Saved data entries:
———

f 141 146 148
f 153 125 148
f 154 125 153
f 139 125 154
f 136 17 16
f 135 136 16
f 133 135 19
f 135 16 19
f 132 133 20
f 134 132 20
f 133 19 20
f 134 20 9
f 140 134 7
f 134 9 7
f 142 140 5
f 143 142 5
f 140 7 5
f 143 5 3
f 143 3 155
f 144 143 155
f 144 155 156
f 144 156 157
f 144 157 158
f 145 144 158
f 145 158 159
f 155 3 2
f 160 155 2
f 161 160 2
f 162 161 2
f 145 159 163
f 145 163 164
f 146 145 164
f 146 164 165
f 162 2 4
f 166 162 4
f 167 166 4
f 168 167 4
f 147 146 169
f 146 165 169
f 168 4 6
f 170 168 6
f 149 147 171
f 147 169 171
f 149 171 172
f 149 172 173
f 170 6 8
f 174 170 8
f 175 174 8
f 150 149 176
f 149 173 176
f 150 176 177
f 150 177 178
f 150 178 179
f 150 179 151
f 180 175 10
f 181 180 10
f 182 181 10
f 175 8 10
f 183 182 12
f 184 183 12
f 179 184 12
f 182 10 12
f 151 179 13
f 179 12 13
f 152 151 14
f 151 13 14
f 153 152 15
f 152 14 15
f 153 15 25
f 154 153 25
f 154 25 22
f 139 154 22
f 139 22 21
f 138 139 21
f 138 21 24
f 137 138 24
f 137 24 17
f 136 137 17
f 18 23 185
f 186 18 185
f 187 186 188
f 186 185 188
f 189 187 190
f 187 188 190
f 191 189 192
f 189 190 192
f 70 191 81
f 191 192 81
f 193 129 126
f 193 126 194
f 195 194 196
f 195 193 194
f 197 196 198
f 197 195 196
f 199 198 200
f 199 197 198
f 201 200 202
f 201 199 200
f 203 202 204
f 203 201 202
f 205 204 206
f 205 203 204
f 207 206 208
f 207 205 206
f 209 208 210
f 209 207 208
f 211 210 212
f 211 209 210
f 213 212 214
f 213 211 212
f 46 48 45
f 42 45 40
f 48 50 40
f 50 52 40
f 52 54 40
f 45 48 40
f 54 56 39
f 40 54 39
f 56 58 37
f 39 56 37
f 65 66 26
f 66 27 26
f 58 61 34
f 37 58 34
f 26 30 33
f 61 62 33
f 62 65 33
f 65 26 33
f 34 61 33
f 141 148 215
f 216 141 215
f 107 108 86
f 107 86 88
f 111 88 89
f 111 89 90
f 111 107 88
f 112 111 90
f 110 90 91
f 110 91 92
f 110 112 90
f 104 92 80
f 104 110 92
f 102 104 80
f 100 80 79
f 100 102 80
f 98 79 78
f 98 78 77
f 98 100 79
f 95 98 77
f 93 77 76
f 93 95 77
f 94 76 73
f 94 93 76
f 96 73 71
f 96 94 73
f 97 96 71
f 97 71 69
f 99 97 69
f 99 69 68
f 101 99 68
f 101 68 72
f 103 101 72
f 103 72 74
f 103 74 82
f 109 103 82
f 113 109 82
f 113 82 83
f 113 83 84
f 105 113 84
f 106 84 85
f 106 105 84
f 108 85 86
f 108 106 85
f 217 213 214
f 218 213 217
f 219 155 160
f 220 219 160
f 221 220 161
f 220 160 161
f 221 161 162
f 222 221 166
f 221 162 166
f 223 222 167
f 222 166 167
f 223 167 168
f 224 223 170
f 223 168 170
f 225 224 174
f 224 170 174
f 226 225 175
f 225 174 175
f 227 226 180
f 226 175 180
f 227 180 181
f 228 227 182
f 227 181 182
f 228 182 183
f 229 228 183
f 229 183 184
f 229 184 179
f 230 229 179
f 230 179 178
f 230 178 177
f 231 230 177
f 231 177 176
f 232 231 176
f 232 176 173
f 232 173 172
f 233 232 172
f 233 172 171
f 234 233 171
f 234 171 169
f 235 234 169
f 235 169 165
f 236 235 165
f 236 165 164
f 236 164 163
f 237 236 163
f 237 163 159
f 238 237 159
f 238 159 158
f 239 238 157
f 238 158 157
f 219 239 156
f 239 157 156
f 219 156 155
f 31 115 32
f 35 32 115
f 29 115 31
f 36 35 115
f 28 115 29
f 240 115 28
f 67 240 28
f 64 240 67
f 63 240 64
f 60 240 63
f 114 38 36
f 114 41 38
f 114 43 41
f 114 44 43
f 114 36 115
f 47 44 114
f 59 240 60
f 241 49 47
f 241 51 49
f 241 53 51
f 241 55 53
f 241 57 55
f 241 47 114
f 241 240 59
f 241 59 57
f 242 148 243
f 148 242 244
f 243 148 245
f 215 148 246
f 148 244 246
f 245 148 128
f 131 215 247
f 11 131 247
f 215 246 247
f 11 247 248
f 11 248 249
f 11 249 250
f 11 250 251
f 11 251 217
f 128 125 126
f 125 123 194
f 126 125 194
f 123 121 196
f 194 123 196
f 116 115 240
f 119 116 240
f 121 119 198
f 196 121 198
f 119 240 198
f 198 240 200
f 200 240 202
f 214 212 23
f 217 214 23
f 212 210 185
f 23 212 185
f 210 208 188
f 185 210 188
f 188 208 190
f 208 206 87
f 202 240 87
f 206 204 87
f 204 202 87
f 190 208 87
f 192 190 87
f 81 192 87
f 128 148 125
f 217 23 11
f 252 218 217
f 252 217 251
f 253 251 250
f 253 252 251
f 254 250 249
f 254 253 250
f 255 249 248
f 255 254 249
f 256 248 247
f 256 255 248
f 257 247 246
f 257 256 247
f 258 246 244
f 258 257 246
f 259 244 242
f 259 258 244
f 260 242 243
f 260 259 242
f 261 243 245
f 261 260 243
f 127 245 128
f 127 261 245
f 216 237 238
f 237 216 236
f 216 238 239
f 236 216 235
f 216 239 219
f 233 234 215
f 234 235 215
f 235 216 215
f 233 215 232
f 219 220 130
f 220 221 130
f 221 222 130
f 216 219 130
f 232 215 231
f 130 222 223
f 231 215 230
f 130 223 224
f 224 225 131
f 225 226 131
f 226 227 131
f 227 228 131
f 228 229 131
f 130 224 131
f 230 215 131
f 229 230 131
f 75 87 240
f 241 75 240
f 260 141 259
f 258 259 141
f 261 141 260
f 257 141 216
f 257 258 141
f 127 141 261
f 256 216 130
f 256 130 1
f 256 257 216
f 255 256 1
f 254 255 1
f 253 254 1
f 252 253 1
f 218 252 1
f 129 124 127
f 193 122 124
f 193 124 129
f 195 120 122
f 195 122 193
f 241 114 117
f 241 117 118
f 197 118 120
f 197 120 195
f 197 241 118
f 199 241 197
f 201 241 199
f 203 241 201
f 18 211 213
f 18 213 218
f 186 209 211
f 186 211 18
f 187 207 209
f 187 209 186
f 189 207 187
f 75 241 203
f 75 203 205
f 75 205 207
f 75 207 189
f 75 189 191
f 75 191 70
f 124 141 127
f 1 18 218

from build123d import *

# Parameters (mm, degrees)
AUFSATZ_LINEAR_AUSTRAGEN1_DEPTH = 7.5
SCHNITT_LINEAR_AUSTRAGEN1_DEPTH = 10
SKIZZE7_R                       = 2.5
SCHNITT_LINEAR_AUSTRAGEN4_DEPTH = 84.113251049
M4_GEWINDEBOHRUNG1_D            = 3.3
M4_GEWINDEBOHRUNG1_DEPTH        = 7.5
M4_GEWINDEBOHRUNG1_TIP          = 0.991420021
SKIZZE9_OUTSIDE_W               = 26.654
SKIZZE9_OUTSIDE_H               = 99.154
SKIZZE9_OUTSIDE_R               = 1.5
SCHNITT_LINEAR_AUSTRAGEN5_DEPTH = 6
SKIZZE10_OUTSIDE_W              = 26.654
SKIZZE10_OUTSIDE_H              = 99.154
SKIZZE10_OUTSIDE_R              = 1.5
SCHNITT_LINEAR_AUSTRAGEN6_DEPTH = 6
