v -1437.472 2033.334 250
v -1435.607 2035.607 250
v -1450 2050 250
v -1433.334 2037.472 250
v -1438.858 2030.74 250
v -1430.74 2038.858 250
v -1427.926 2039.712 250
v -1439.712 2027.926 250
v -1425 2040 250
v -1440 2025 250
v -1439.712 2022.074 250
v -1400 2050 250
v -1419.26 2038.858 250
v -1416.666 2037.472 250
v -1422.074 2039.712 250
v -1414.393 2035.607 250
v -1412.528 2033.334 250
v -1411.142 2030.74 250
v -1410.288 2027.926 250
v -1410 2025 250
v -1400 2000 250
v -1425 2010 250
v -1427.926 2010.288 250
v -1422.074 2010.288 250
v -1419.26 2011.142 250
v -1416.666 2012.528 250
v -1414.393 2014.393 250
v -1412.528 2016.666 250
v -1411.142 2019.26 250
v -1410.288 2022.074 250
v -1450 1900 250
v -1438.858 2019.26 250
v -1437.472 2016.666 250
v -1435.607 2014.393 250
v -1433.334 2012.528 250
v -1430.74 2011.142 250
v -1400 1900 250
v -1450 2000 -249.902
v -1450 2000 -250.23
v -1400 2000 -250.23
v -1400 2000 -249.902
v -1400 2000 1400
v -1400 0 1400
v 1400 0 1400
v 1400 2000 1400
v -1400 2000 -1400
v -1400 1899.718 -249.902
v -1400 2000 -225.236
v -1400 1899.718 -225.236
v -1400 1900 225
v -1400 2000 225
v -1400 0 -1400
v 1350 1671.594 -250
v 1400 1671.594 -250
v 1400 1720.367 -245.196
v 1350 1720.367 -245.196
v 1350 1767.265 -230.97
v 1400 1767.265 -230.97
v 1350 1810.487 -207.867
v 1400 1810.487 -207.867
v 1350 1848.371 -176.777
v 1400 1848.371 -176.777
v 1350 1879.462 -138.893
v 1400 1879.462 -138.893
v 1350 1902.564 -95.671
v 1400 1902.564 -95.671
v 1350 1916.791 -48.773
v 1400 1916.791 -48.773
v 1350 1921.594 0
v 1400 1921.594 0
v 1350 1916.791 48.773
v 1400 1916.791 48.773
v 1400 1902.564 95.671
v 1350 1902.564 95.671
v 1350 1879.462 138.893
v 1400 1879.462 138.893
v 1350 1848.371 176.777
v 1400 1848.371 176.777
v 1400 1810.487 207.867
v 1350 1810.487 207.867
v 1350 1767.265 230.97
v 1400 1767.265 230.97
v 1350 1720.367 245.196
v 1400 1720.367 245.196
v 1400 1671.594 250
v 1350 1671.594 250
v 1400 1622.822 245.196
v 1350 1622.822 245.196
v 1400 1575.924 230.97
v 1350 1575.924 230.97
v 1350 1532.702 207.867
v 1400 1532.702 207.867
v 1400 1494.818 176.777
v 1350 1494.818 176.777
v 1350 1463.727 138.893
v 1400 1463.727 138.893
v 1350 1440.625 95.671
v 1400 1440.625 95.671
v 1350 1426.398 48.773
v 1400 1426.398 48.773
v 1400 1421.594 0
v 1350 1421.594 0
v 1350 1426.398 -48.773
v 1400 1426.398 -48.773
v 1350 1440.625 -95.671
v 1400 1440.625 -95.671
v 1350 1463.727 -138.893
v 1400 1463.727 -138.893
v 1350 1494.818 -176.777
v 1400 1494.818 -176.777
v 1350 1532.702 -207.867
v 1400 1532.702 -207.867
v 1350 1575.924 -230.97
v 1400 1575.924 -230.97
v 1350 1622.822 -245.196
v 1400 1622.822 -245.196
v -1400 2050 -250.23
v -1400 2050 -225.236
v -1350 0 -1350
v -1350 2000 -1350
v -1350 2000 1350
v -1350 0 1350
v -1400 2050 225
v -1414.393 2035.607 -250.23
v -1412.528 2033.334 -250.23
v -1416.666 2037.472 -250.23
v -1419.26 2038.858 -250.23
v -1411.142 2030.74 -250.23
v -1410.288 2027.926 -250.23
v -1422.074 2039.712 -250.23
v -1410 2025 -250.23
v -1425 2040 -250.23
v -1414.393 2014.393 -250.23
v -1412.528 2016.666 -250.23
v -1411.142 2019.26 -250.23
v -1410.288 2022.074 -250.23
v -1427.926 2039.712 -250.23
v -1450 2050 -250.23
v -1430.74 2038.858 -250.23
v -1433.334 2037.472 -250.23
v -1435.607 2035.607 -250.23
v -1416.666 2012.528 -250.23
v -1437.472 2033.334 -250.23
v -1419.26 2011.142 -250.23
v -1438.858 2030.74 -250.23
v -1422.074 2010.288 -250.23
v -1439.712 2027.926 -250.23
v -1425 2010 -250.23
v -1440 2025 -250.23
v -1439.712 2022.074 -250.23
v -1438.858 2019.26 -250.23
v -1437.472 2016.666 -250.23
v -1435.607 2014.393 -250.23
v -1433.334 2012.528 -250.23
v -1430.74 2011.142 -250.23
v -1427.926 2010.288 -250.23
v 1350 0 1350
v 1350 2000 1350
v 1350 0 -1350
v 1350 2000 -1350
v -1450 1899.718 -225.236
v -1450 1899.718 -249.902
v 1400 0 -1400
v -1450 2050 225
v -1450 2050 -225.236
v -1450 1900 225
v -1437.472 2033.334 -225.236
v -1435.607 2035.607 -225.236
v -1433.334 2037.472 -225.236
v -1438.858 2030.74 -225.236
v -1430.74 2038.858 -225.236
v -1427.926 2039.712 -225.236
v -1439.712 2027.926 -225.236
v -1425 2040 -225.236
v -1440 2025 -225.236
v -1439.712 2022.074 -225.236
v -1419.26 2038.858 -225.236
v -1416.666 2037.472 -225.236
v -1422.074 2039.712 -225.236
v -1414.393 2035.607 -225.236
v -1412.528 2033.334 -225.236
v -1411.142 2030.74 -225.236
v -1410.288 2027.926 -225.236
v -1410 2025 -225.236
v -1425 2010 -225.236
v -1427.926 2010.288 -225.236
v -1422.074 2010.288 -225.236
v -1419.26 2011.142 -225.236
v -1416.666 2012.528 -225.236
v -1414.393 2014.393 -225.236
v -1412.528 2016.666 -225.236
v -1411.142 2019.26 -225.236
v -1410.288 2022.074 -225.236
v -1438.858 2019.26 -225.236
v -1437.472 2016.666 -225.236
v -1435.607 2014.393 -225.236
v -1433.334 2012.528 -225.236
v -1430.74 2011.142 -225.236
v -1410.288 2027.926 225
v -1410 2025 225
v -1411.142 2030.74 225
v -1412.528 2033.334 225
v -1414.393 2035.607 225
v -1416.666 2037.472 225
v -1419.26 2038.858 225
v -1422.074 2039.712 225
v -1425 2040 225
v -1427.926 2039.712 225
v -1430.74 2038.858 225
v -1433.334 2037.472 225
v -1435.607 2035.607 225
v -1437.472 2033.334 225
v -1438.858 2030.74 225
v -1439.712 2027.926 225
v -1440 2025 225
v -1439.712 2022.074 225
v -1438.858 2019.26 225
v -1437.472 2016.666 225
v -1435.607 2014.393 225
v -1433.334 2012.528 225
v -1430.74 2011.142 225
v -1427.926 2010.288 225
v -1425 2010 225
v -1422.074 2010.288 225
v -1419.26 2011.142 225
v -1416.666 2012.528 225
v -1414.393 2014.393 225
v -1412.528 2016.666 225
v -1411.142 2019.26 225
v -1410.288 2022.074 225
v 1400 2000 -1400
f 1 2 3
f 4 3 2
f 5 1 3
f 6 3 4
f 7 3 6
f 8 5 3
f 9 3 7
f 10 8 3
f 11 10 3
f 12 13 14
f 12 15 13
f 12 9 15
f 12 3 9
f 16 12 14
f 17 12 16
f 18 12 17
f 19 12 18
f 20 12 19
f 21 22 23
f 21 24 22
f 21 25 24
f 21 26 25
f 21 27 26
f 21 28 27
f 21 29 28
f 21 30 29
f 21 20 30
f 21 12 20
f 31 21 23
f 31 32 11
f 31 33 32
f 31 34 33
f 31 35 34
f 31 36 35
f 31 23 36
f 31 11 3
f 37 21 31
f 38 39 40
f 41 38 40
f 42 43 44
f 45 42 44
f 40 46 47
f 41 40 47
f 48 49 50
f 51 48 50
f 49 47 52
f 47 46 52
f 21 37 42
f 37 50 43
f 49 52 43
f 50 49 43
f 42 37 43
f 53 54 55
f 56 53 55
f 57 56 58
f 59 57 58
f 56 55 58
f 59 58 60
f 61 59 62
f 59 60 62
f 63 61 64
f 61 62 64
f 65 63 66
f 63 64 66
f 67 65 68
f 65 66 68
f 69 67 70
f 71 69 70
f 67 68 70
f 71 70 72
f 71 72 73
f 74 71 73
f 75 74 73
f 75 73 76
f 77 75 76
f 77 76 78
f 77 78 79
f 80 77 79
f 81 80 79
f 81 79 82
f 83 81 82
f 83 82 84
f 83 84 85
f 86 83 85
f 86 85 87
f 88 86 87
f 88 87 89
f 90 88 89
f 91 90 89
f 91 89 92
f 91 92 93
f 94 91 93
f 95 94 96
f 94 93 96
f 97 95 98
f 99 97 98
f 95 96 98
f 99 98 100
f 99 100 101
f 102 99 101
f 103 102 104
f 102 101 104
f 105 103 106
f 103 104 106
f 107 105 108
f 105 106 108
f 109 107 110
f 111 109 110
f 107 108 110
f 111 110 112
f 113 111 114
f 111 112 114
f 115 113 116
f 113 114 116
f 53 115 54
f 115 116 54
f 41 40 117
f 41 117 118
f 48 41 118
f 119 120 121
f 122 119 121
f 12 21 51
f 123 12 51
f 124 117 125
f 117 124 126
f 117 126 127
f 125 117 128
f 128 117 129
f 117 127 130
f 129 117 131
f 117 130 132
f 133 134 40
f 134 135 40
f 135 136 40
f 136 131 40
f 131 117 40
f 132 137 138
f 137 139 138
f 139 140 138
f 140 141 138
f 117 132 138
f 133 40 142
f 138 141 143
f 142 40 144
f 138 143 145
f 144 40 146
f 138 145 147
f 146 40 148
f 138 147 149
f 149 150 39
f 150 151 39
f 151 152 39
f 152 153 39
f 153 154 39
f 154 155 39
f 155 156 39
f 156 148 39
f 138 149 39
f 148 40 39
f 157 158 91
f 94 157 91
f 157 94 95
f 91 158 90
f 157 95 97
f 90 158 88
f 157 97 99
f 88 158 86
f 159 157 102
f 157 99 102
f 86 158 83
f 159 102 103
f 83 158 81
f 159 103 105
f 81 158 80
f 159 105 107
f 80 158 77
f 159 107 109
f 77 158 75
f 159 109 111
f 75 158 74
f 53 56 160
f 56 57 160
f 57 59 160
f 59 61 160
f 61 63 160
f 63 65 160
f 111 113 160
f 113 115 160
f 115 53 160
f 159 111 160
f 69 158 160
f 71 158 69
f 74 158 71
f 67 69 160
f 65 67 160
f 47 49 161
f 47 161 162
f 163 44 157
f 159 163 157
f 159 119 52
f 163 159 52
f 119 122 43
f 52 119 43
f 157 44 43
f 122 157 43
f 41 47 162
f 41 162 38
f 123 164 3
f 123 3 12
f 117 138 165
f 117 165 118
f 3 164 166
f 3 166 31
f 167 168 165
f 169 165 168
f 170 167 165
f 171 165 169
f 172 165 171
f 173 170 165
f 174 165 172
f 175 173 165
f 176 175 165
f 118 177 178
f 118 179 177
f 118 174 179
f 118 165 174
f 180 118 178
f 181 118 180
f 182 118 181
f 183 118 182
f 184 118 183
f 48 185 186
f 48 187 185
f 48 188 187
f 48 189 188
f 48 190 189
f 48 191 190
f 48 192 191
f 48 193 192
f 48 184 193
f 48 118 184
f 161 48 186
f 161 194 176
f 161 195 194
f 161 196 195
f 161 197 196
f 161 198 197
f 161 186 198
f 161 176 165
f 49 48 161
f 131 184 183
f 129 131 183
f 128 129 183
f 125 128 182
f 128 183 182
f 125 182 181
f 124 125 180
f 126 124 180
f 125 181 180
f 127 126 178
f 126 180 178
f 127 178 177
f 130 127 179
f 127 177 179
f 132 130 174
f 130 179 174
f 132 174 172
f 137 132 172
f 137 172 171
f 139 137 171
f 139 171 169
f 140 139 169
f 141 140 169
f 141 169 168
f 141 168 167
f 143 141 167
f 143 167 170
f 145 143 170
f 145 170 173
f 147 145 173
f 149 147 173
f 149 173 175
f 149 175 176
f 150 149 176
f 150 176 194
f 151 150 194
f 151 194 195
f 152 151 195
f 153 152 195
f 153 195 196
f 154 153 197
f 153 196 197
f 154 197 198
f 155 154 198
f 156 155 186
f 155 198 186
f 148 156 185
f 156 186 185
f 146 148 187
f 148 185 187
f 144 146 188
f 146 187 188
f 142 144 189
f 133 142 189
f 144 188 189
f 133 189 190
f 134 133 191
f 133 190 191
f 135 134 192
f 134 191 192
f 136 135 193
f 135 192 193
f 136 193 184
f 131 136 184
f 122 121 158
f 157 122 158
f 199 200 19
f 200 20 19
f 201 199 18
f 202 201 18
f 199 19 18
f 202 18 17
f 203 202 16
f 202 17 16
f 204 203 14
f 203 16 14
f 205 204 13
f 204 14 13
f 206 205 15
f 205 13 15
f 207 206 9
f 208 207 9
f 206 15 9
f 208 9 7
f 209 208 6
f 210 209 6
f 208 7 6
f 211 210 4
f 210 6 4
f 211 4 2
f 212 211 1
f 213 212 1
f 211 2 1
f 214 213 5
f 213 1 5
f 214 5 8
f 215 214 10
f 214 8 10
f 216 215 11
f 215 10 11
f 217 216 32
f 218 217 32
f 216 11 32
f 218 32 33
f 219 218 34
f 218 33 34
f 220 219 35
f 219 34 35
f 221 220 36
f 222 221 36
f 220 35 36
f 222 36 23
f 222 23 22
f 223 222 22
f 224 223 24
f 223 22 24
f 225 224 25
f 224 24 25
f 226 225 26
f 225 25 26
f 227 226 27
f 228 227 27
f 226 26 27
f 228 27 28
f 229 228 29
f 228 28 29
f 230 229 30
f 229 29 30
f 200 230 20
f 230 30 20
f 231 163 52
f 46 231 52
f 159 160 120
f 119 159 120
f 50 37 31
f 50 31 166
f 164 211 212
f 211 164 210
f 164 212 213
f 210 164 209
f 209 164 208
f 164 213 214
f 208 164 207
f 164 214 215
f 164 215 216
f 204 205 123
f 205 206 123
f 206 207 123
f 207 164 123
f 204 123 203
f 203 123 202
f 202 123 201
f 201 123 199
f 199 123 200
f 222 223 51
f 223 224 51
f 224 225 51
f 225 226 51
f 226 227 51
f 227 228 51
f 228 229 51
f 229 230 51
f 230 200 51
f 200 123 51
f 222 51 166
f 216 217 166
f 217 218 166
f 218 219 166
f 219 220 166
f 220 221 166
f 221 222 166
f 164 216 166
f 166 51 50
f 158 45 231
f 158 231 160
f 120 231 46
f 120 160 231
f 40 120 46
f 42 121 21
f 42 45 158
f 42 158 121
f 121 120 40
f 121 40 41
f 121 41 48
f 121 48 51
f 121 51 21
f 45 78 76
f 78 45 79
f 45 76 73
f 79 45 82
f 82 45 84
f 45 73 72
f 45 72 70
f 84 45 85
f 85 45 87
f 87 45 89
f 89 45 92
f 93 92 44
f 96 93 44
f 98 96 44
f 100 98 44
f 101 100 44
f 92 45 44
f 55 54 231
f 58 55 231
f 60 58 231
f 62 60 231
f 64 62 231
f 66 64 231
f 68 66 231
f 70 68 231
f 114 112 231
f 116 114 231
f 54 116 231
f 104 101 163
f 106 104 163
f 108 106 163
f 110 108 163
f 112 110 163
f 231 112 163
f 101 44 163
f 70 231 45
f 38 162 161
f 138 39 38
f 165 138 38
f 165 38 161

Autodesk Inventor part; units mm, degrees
ref_plane "YZ Plane" through (0, 0, 0) normal (1, 0, 0) x (0, 1, 0)
ref_plane "XZ Plane" through (0, 0, 0) normal (0, 1, 0) x (-1, 0, 0)
ref_plane "XY Plane" through (0, 0, 0) normal (0, 0, 1) x (1, 0, 0)
sketch "Sketch1" plane through (0, 0, 0) normal (0, 1, 0) x (-1, 0, 0)
  line L0 (1400, 1400) -> (-1400, 1400)
  line L1 (-1400, 1400) -> (-1400, -1400)
  line L2 (-1400, -1400) -> (1400, -1400)
  line L3 (1400, -1400) -> (1400, 1400)
  point P0 (0, 0)
  dimension "d0" = 2800
  dimension "d1" = 2800
  dimension "d2" = 1400
  dimension "d3" = 1400
extrude "Extrusion1" add sketch "Sketch1" along normal blind 2000
sketch "Sketch2" plane through (1400, 0, 1400) normal (1, 0, 0) x (0, 0, -1)
  circle A0 centre (1400, 1671.5944) radius 250
  point P0 (1400, 0)
  dimension "d6" = 500
extrude "Extrusion2" cut sketch "Sketch2" against normal blind 2000
sketch "Sketch3" plane through (0, 2000, 0) normal (0, 1, 0) x (1, 0, 0)
  line L0 (-1350, -1350) -> (1350, -1350)
  line L1 (1350, -1350) -> (1350, 1350)
  line L2 (1350, 1350) -> (-1350, 1350)
  line L3 (-1350, 1350) -> (-1350, -1350)
  point P0 (0, 0)
  dimension "d9" = 2700
  dimension "d10" = 2700
  dimension "d11" = 1350
  dimension "d12" = 1350
extrude "Extrusion3" cut sketch "Sketch3" against normal blind 2000
sketch "Sketch7" plane through (-1400, 0, -1400) normal (-1, 0, 0) x (0, 0, 1)
  line L0 (2800, 2000) -> (0, 2000) projected
  line L1 (1650, 1900) -> (1150, 1900)
  line L2 (1150, 1900) -> (1150, 2000)
  line L3 (1150, 2000) -> (1650, 2000)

———

WHAT IS REQUIRED: All that is wanted is the stretch of lines above from the one containing "f 203 202 204" through the one containing "f 109 103 82", duplicated exactly.

EXERCISE SOLUTION:
f 203 202 204
f 203 201 202
f 205 204 206
f 205 203 204
f 207 206 208
f 207 205 206
f 209 208 210
f 209 207 208
f 211 210 212
f 211 209 210
f 213 212 214
f 213 211 212
f 46 48 45
f 42 45 40
f 48 50 40
f 50 52 40
f 52 54 40
f 45 48 40
f 54 56 39
f 40 54 39
f 56 58 37
f 39 56 37
f 65 66 26
f 66 27 26
f 58 61 34
f 37 58 34
f 26 30 33
f 61 62 33
f 62 65 33
f 65 26 33
f 34 61 33
f 141 148 215
f 216 141 215
f 107 108 86
f 107 86 88
f 111 88 89
f 111 89 90
f 111 107 88
f 112 111 90
f 110 90 91
f 110 91 92
f 110 112 90
f 104 92 80
f 104 110 92
f 102 104 80
f 100 80 79
f 100 102 80
f 98 79 78
f 98 78 77
f 98 100 79
f 95 98 77
f 93 77 76
f 93 95 77
f 94 76 73
f 94 93 76
f 96 73 71
f 96 94 73
f 97 96 71
f 97 71 69
f 99 97 69
f 99 69 68
f 101 99 68
f 101 68 72
f 103 101 72
f 103 72 74
f 103 74 82
f 109 103 82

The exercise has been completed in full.